KPRK
- Livingston, Montana; United States;
- Broadcast area: Bozeman, Montana
- Frequency: 1340 kHz
- Branding: AM 1450 KMMS

Programming
- Format: News/talk
- Affiliations: Fox News Radio; Genesis Communications Network; Premiere Networks; Westwood One;

Ownership
- Owner: Townsquare Media; (Townsquare License, LLC);
- Sister stations: KISN; KMMS; KMMS-FM; KXLB; KZMY;

History
- First air date: 1946
- Call sign meaning: Park County

Technical information
- Licensing authority: FCC
- Facility ID: 37816
- Class: C
- Power: 1,000 watts unlimited
- Transmitter coordinates: 45°40′20.8″N 110°32′23.7″W﻿ / ﻿45.672444°N 110.539917°W

Links
- Public license information: Public file; LMS;
- Webcast: Listen live
- Website: kmmsam.com

= KPRK =

KPRK (1340 AM) is a radio station licensed to serve Livingston, Montana. The station is owned by Townsquare Media and the broadcast license is held by Townsquare License, LLC. KPRK airs a news/talk format, simulcasting sister station KMMS.

==History==
Previous formats included country, Saturday night rock and roll, and Sunday morning big band. During the weekdays a segment of the afternoon shift was dedicated to local callers to hawk their goods with free advertising through the "Swap Shop" segment. Broadcasts started around 5:30 a.m. local time with the broadcast day ending at midnight. KPRK also broadcast local high school sports, rodeos and fairs. Several locals were also familiar faces or voices on the station for many years. KPRK also broadcast local news three times a day with the local court report during that time. KPRK staff received several awards for their news contributions to the Montana Associated Press for news reports gathered during 1999. The former country music slogan was "Cool Country 1340 KPRK". The station also featured an uninterrupted "Cool Country Triple Play" where two newer songs were played followed by a "Hit from Yesterday", otherwise known as a country classic.

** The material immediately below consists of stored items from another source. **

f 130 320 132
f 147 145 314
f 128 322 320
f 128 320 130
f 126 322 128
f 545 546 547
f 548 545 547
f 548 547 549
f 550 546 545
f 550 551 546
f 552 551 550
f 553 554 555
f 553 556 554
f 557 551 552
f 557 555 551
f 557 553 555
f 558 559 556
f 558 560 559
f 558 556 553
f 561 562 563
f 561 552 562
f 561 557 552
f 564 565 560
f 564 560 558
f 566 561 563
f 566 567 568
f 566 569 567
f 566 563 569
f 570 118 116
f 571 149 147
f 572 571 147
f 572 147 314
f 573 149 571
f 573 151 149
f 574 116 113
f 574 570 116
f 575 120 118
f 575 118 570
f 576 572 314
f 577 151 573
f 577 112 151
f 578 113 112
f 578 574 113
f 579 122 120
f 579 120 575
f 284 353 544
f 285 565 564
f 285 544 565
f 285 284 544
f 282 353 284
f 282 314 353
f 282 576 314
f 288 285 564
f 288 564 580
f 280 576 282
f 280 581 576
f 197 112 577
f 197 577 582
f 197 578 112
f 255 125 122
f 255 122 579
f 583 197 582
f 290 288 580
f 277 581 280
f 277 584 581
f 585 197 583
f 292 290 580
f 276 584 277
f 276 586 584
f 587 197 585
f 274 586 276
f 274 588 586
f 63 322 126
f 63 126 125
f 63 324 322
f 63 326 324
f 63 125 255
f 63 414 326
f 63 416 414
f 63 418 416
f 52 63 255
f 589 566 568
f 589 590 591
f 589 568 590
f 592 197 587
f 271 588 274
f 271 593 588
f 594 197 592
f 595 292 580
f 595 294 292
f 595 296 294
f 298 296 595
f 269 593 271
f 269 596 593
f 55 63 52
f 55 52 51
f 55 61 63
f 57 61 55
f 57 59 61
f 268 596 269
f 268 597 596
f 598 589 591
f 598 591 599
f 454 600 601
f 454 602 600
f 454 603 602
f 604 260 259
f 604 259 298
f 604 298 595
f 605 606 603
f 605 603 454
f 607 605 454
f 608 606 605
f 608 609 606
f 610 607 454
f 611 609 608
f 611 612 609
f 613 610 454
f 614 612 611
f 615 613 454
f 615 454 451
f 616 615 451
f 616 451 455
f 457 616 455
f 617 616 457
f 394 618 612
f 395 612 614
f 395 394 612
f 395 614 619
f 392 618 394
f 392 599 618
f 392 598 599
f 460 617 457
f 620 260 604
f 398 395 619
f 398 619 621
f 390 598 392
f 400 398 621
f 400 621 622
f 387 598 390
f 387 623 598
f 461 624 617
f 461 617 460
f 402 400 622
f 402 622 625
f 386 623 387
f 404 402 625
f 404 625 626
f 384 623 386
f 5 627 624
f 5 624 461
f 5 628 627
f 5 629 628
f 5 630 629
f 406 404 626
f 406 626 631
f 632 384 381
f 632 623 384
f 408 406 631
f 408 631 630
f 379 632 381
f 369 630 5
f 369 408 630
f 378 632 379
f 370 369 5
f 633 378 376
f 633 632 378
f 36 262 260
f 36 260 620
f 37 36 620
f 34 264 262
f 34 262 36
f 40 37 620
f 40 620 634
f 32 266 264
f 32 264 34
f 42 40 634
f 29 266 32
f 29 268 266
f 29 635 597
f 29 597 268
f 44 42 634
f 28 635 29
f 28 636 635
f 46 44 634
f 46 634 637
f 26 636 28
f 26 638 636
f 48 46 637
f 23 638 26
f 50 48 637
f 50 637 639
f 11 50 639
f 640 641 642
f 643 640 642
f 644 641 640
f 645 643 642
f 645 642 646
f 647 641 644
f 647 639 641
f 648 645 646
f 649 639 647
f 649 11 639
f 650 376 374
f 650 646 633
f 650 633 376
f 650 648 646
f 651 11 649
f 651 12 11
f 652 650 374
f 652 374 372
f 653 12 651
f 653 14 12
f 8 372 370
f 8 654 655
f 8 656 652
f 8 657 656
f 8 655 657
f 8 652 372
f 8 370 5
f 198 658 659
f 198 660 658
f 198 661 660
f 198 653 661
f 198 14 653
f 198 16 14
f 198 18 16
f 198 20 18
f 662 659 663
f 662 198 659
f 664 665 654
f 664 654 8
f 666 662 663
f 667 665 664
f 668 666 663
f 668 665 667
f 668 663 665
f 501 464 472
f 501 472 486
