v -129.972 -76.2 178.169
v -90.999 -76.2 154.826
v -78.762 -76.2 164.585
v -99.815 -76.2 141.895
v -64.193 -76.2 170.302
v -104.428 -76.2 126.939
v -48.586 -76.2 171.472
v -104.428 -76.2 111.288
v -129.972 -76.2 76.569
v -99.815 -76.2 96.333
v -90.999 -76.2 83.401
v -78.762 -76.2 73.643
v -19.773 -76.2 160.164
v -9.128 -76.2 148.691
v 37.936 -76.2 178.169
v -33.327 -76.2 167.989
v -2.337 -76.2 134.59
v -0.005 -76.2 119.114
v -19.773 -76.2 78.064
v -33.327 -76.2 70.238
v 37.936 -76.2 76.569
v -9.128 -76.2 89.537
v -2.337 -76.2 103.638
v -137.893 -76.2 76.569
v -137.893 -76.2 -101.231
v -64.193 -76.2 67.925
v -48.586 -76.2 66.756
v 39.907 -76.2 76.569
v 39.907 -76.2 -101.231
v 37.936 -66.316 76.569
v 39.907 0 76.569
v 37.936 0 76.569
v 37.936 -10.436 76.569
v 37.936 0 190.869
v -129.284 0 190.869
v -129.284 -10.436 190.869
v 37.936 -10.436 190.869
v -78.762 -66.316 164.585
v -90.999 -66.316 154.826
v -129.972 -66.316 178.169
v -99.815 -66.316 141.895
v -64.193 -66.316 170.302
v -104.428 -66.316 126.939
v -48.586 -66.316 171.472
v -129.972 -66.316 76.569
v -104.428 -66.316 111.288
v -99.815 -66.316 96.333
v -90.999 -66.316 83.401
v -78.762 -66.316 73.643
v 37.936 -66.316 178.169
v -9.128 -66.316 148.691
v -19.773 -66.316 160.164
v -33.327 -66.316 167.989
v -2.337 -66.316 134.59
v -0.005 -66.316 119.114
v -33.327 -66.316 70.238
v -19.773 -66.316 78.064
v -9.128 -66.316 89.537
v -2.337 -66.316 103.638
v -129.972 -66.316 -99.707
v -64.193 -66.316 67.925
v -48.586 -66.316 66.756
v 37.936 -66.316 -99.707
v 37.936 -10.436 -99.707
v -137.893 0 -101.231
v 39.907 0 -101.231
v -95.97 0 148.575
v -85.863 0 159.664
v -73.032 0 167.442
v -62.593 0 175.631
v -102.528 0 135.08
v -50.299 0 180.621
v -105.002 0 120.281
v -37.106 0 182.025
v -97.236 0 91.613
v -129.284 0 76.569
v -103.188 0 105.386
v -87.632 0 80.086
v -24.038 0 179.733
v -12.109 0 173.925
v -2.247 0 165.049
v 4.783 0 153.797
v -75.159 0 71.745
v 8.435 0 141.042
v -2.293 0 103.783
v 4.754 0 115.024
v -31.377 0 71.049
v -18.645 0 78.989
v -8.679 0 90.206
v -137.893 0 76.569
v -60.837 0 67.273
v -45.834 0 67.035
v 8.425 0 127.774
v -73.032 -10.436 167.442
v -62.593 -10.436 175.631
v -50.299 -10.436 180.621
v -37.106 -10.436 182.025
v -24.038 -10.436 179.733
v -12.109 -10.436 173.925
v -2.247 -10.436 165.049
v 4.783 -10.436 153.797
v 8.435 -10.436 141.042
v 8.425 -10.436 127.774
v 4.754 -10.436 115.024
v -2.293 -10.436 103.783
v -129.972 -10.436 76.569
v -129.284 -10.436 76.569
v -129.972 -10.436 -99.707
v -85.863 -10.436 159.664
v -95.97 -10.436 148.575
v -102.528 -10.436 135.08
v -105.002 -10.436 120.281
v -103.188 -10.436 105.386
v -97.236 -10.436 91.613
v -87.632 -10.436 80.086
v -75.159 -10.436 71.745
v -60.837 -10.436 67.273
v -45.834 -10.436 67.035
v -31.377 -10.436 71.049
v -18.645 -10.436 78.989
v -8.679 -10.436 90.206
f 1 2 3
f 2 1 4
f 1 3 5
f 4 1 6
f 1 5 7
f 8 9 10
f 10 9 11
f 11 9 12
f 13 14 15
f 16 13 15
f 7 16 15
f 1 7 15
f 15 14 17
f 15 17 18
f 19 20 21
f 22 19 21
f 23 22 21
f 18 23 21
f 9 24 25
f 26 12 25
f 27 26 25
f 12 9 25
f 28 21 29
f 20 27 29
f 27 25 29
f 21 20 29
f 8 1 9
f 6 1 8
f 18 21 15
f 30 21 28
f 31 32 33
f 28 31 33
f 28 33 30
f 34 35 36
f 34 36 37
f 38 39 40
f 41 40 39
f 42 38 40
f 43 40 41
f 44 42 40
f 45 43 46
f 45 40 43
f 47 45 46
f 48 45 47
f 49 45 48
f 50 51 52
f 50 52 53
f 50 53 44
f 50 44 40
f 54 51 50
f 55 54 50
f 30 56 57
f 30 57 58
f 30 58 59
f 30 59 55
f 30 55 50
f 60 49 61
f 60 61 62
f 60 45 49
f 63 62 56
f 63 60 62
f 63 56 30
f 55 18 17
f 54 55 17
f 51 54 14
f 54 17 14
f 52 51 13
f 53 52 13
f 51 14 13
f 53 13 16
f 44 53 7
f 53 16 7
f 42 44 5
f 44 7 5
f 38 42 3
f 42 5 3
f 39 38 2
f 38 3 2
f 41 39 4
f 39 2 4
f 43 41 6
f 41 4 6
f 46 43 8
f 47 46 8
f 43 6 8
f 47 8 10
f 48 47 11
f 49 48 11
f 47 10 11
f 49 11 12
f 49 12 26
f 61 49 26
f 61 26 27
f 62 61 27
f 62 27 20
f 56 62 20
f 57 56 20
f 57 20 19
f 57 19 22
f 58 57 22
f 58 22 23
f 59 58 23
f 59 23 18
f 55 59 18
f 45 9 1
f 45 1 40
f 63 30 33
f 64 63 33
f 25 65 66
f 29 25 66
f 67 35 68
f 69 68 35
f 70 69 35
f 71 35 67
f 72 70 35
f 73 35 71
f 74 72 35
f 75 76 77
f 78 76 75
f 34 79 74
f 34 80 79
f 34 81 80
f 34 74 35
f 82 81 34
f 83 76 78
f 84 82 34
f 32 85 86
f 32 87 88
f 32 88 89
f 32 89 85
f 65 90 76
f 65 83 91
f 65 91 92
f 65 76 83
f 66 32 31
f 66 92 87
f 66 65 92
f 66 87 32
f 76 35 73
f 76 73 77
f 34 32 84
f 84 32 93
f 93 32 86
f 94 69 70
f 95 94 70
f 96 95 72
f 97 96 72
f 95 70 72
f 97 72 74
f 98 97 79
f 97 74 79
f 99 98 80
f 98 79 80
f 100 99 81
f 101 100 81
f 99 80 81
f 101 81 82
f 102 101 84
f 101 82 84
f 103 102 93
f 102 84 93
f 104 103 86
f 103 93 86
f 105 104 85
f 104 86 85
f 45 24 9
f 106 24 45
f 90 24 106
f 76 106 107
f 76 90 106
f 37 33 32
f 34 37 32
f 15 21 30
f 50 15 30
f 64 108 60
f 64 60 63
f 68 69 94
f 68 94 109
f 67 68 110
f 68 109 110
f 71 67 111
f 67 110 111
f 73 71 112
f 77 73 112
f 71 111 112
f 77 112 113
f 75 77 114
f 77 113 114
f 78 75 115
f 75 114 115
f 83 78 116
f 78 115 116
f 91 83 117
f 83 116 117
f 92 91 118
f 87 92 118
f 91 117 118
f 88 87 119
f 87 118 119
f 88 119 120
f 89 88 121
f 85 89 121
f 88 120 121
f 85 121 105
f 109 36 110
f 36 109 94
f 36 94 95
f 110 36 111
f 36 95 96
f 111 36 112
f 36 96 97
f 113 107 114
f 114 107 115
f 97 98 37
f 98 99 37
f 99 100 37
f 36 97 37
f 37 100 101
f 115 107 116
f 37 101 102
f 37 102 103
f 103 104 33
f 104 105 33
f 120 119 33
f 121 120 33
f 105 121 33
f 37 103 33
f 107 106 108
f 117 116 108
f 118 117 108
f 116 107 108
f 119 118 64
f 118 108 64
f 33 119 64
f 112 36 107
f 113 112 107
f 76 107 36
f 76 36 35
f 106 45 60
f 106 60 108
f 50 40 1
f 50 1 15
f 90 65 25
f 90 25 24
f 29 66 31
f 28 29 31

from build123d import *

# Parameters (mm, degrees)
F0_W      = 177.8
F0_H      = 177.8
F1_DEPTH  = 76.2
F2_W      = 167.9080887029
F2_H      = 55.88
F3_DEPTH  = 176.276
F4_W      = 167.9080887029
F4_H      = 9.8836272268
F5_DEPTH  = 101.6
F6_W      = 167.2196879183
F6_H      = 10.4363727732
F7_DEPTH  = 114.3
F8_R      = 47.6089031409
F9_DEPTH  = 41.91
F10_R     = 52.5050220685
F11_DEPTH = 159.004


with BuildPart() as f1:
    # F0 (on Front) → F1 (new body)
    with BuildSketch(Plane.XZ):
        with Locations((-48.9930282295, -12.3306500904)):
            Rectangle(F0_W, F0_H)
    extrude(amount=F1_DEPTH)

    # F2 (on face) → F3 (cut)
    with BuildSketch(Plane.XY.offset(76.5693499096)):
        with Locations((-46.0179038346, -38.3763727732)):
            Rectangle(F2_W, F2_H)
    extrude(amount=-F3_DEPTH, mode=Mode.SUBTRACT)

    # F4 (on face) → F5 (join)
    with BuildSketch(Plane.XY.offset(76.5693499096)):
        with Locations((-46.0179038346, -71.2581863866)):
            Rectangle(F4_W, F4_H)
    extrude(amount=F5_DEPTH)

    # F6 (on face) → F7 (join)
    with BuildSketch(Plane.XY.offset(76.5693499096)):
        with Locations((-45.6737034423, -5.2181863866)):
            Rectangle(F6_W, F6_H)
    extrude(amount=F7_DEPTH)

    # F8 (on face) → F9 (cut)
    with BuildSketch(Plane(origin=(0, 0, 0), x_dir=(-1, 0, 0), z_dir=(0, 1, 0))):
        with Locations((38.7143976986, 134.4432979822)):
            Circle(F8_R)
    extrude(amount=-F9_DEPTH, mode=Mode.SUBTRACT)

    # F10 (on face) → F11 (cut)
    with BuildSketch(Plane.XZ.offset(76.2)):
        with Locations((-52.5096356869, 119.113817811)):
            Circle(F10_R)
    extrude(amount=-F11_DEPTH, mode=Mode.SUBTRACT)


solid = f1.part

As of 2019, KPRK is simulcasting its news/talk sister station KMMS.

The station was assigned the KPRK call letters by the Federal Communications Commission.

==Ownership==
In February 2008, Colorado-based GAPWEST Broadcasting completed the acquisition of 57 radio stations in 13 markets in the Pacific Northwest-Rocky Mountain region from Clear Channel Communications. The deal, valued at a reported $74 million, included six Bozeman stations, seven in Missoula and five in Billings. Other stations in the deal are located in Shelby, Montana; and in Casper and Cheyenne, Wyoming; plus Pocatello and Twin Falls, Idaho; and Yakima, Washington. GapWest was folded into Townsquare Media on August 13, 2010.

Previous owners include Jann Berntsen, Marathon Media, and Clear Channel.

==Historic building==

The KPRK radio building in Livingston is on the National Register of Historic Places. To the right of the front door, a plaque says that Missoula architect William Fox designed the building, complete with the "stylized radio tower" above the front door, in 1946.

According to reports in the Livingston Enterprise, Gap West stopped broadcasting from the historic building. All broadcasts are now fed from a studio in Bozeman.